# Audio Processing with MLX Server

This notebook demonstrates how to process audio files using the MLX Server with OpenAI-compatible API.


## What You'll Learn

- Connect to MLX Server
- Load and encode audio files for processing
- Send audio to the model for analysis
- Get text descriptions of audio content

## Prerequisites

- MLX Server running on localhost:8000
- Audio file in the `audios/` directory
- OpenAI Python library installed


## Step 1: Setup and Connection


In [1]:
# Import required libraries
from openai import OpenAI
import base64
import os

# Initialize OpenAI client to connect to MLX Server
# The MLX Server runs locally and provides OpenAI-compatible endpoints
client = OpenAI(
    base_url="http://localhost:8000/v1",  # MLX Server address
    api_key="fake-api-key",               # Any string works for local server
)

print("✅ Connected to MLX Server")


✅ Connected to MLX Server


## Step 2: Audio File Processing


In [2]:
def load_audio_file(audio_path: str) -> str:
    """
    Load an audio file and encode it as base64 for API transmission.
    
    Args:
        audio_path (str): Path to the audio file
        
    Returns:
        str: Base64 encoded audio data
    """
    if not os.path.exists(audio_path):
        raise FileNotFoundError(f"Audio file not found: {audio_path}")
    
    with open(audio_path, "rb") as audio_file:
        audio_data = audio_file.read()
        encoded_audio = base64.b64encode(audio_data).decode('utf-8')
        
    print(f"✅ Loaded audio file: {audio_path}")
    print(f"   File size: {len(audio_data)} bytes")
    print(f"   Encoded size: {len(encoded_audio)} characters")
    
    return encoded_audio

# Load the sample audio file
audio_path = "audios/audio.wav"
audio_base64 = load_audio_file(audio_path)

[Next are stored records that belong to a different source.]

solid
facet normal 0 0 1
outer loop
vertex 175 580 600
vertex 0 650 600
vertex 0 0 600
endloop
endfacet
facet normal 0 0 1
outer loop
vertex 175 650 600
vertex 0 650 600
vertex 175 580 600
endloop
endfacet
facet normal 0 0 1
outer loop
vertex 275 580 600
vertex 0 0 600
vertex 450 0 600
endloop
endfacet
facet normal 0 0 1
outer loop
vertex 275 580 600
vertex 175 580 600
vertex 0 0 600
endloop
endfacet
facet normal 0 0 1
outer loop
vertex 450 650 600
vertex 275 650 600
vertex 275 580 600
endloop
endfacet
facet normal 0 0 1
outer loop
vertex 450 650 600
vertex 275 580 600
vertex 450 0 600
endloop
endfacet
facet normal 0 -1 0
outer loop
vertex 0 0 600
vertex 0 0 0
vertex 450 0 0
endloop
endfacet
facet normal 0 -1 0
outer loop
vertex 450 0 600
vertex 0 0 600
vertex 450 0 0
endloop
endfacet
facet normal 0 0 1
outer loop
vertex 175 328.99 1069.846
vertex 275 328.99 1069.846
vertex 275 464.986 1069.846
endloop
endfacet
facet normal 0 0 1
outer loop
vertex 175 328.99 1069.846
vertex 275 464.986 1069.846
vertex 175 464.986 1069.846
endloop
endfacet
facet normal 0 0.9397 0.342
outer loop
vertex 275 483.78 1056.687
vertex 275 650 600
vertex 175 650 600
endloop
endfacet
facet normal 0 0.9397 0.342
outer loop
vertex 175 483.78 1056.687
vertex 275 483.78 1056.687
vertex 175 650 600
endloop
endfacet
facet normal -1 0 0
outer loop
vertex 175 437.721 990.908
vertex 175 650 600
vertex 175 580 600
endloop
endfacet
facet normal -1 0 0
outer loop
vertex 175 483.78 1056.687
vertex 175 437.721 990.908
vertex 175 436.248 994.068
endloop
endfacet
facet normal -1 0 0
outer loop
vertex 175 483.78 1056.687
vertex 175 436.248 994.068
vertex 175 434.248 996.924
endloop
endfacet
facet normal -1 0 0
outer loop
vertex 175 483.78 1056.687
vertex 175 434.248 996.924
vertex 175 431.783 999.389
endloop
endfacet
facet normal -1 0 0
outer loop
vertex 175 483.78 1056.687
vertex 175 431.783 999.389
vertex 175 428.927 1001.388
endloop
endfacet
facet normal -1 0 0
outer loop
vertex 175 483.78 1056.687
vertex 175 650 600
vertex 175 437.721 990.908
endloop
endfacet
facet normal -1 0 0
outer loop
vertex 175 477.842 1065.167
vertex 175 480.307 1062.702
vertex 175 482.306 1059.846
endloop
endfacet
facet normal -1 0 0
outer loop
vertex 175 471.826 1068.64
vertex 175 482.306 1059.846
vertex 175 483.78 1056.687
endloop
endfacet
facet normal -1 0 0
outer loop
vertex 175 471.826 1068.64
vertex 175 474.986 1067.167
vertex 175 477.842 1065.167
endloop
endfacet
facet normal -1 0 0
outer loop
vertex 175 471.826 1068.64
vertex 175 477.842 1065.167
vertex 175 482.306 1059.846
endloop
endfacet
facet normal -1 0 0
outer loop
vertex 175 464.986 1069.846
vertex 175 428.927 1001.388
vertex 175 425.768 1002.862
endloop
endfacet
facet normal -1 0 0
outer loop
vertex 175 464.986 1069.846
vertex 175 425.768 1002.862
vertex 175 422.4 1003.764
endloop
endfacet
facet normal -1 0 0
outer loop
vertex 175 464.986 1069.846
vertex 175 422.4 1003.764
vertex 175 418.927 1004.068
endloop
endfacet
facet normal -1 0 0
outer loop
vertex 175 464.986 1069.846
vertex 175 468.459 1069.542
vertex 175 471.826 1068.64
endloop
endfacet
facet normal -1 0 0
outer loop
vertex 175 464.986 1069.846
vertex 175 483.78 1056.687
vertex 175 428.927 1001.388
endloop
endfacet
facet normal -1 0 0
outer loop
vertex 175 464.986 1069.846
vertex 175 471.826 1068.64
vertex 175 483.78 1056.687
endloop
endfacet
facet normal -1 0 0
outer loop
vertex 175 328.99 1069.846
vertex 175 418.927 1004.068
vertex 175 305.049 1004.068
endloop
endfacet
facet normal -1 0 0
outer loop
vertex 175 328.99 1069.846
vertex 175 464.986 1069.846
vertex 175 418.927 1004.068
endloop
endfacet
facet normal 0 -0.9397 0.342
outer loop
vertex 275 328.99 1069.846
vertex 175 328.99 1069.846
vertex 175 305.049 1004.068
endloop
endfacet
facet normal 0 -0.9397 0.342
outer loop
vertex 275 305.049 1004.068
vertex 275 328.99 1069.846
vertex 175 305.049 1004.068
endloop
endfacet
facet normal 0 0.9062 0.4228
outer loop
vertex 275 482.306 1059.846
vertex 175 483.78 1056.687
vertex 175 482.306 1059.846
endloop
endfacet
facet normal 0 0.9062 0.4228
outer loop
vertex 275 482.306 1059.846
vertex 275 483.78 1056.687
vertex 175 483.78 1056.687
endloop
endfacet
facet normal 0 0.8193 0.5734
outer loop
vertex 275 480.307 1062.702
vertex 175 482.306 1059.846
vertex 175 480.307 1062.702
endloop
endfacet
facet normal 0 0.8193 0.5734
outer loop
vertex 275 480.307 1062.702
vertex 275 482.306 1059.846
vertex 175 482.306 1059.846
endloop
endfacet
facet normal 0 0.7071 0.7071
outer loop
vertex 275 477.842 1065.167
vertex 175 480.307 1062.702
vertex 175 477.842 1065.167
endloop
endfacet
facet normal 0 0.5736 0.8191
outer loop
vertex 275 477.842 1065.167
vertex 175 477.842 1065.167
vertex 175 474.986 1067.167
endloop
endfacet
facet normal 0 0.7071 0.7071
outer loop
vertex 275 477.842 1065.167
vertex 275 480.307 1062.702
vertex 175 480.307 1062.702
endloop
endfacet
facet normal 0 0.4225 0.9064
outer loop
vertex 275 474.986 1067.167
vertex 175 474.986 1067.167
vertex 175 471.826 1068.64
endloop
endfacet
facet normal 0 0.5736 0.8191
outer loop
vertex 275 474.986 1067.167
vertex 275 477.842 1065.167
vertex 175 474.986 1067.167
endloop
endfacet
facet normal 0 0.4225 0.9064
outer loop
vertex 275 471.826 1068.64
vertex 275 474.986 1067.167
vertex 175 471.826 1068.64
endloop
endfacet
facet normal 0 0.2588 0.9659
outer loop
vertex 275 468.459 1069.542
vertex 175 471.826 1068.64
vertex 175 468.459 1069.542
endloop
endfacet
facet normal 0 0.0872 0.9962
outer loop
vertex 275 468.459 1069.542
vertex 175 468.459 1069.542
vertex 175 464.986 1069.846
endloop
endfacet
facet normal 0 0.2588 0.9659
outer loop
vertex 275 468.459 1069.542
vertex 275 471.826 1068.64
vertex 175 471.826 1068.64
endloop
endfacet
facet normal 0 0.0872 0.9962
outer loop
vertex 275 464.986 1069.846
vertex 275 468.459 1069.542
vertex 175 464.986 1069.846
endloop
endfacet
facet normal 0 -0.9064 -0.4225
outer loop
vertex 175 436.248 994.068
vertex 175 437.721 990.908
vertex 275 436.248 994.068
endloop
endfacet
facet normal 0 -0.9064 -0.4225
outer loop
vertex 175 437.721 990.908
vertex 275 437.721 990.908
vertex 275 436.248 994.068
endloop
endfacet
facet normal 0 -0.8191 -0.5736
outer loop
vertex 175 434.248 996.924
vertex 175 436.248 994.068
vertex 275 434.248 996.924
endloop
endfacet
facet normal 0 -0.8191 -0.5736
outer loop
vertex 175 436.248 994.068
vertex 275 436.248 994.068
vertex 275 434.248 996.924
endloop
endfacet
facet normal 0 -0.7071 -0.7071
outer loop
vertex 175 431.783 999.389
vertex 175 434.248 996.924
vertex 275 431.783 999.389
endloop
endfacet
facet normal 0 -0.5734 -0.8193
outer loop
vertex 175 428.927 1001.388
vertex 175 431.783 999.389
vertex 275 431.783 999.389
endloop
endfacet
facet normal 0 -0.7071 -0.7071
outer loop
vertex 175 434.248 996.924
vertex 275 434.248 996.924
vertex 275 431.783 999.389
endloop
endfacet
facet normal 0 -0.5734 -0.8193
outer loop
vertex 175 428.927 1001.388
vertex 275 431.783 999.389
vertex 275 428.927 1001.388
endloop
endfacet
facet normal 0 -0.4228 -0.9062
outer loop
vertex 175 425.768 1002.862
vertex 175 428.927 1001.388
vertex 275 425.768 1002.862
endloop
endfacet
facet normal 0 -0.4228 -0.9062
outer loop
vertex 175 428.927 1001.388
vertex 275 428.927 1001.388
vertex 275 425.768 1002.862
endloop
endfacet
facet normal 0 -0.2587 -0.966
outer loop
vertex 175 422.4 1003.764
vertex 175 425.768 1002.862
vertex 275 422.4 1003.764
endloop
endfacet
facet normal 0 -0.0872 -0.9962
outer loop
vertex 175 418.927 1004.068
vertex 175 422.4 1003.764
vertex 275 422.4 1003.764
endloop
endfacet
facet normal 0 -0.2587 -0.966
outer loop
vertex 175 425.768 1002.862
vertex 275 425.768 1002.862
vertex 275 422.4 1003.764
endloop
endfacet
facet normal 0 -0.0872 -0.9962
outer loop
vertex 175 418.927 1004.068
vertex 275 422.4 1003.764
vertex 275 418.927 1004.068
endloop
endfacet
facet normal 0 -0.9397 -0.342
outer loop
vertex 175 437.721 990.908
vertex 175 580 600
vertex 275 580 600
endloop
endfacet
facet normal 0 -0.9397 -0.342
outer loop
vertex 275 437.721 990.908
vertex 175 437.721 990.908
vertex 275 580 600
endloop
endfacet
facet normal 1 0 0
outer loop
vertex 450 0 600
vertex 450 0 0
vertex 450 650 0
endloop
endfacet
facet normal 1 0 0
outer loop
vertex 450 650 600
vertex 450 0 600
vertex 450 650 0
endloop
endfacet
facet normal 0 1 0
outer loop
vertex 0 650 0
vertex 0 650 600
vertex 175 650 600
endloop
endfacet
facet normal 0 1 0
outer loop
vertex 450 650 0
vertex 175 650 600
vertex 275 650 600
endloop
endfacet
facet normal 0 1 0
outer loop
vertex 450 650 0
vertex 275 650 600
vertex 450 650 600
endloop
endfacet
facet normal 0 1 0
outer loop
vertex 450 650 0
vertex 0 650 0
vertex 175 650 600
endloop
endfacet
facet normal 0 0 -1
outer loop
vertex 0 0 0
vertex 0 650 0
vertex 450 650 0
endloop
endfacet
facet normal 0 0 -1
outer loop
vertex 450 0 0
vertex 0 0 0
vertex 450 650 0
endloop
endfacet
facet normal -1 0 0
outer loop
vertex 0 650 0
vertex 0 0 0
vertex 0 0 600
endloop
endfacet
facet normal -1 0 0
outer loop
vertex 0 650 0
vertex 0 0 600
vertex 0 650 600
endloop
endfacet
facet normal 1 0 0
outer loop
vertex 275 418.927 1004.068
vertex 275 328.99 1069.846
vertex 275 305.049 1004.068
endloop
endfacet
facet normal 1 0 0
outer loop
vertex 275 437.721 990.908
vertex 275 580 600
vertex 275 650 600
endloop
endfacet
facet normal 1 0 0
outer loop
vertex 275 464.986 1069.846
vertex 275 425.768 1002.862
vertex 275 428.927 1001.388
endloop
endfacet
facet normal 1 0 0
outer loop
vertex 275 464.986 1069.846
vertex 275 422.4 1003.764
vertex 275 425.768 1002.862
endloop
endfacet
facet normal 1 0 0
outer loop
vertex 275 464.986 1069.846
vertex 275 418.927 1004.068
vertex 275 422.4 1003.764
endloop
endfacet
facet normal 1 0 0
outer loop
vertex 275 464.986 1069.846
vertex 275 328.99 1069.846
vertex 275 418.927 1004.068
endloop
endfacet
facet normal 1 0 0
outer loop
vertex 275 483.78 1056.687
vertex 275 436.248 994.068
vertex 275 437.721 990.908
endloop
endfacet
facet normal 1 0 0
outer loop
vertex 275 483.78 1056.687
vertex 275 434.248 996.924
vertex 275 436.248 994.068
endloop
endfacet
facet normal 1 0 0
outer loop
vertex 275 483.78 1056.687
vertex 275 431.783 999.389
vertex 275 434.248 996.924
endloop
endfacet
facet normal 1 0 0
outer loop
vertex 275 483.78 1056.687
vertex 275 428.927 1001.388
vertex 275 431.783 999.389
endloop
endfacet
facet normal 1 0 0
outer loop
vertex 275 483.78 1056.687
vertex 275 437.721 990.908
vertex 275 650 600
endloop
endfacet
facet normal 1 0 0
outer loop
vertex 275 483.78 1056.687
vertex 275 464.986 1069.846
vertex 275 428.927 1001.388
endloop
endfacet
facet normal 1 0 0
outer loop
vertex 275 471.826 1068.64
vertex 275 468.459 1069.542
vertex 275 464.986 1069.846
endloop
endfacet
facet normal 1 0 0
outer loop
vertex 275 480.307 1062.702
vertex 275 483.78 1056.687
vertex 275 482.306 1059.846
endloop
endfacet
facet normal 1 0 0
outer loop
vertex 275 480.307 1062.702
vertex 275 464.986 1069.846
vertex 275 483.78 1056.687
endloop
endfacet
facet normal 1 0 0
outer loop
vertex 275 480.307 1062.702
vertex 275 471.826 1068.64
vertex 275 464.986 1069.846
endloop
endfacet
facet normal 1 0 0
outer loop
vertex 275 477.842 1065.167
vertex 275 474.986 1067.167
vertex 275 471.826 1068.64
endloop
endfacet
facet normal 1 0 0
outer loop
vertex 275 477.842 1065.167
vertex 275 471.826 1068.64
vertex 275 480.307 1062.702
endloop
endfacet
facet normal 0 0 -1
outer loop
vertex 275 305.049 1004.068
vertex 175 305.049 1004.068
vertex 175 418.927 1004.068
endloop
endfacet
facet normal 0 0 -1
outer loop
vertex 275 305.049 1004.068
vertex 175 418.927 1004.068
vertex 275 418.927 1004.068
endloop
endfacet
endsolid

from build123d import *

# Parameters (mm, degrees)
F0_W     = 450
F0_H     = 650
F1_DEPTH = 600
F2_W     = 100
F2_H     = 70
F6_R     = 20


with BuildPart() as f1:
    # F0 (on Top) → F1 (new body)
    with BuildSketch(Plane.XY):
        with Locations((225, 325)):
            Rectangle(F0_W, F0_H)
    extrude(amount=F1_DEPTH)

    # F5: sweep along a path in F4
    with BuildLine(Plane.YZ.offset(225)) as f5_path:
        Line((650, 600), (478.9899283372, 1069.846310393))
        Line((478.9899283372, 1069.846310393), (328.9899283372, 1069.846310393))
    # F2 (on face) → F5 (sweep)
    with BuildSketch(Plane.XY.offset(600)):
        with Locations((225, 615)):
            Rectangle(F2_W, F2_H)
    sweep(path=f5_path.line, transition=Transition.RIGHT)

    # F6
    f6_edges = [f1.edges().sort_by_distance(p)[0] for p in [
        (225, 478.989928, 1069.84631),
        (225, 432.931338, 1004.067827),
    ]]
    fillet(f6_edges, radius=F6_R)


solid = f1.part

✅ Loaded audio file: audios/audio.wav
   File size: 372698 bytes
   Encoded size: 496932 characters


## Step 3: Audio Analysis


In [3]:
def analyze_audio(audio_base64: str, prompt: str = "Describe what you hear in this audio.") -> str:
    """
    Send audio to MLX Server for analysis.
    
    Args:
        audio_base64 (str): Base64 encoded audio data
        prompt (str): Text prompt for the model
        
    Returns:
        str: Model's response
    """
    try:
        response = client.chat.completions.create(
            model="local-multimodal",
            messages=[
                {
                    "role": "user", 
                    "content": [
                        {
                            "type": "input_audio",
                            "input_audio": {
                                "data": audio_base64,
                                "format": "wav"
                            }
                        },
                        {
                            "type": "text",
                            "text": prompt
                        }
                    ]
                }
            ],
            max_tokens=1024
        )
        
        return response.choices[0].message.content
        
    except Exception as e:
        return f"Error analyzing audio: {str(e)}"

# Analyze the audio with a descriptive prompt
result = analyze_audio(audio_base64, "Describe the audio in detail.")
print("🎵 Audio Analysis Result:")
print(f"   {result}")


🎵 Audio Analysis Result:
   Dogs are sitting by the door.


## Conclusion

This notebook demonstrated the audio processing capabilities of the MLX Server using OpenAI-compatible API endpoints. Key highlights include:

- **Audio Input Support**: Successfully processed audio files by encoding them as base64 and sending them through the `input_audio` message type
- **Multimodal Integration**: Combined audio input with text prompts to create rich, context-aware responses
- **OpenAI Compatibility**: Leveraged familiar OpenAI API patterns for seamless integration with existing workflows
- **Error Handling**: Implemented proper error handling for robust audio processing

The MLX Server's audio processing capabilities enable powerful applications such as:
- Audio transcription and analysis
- Voice-controlled interfaces
- Audio content summarization
- Accessibility features for audio-based content

This foundation opens up numerous possibilities for building audio-enabled AI applications with the performance benefits of MLX on Apple Silicon.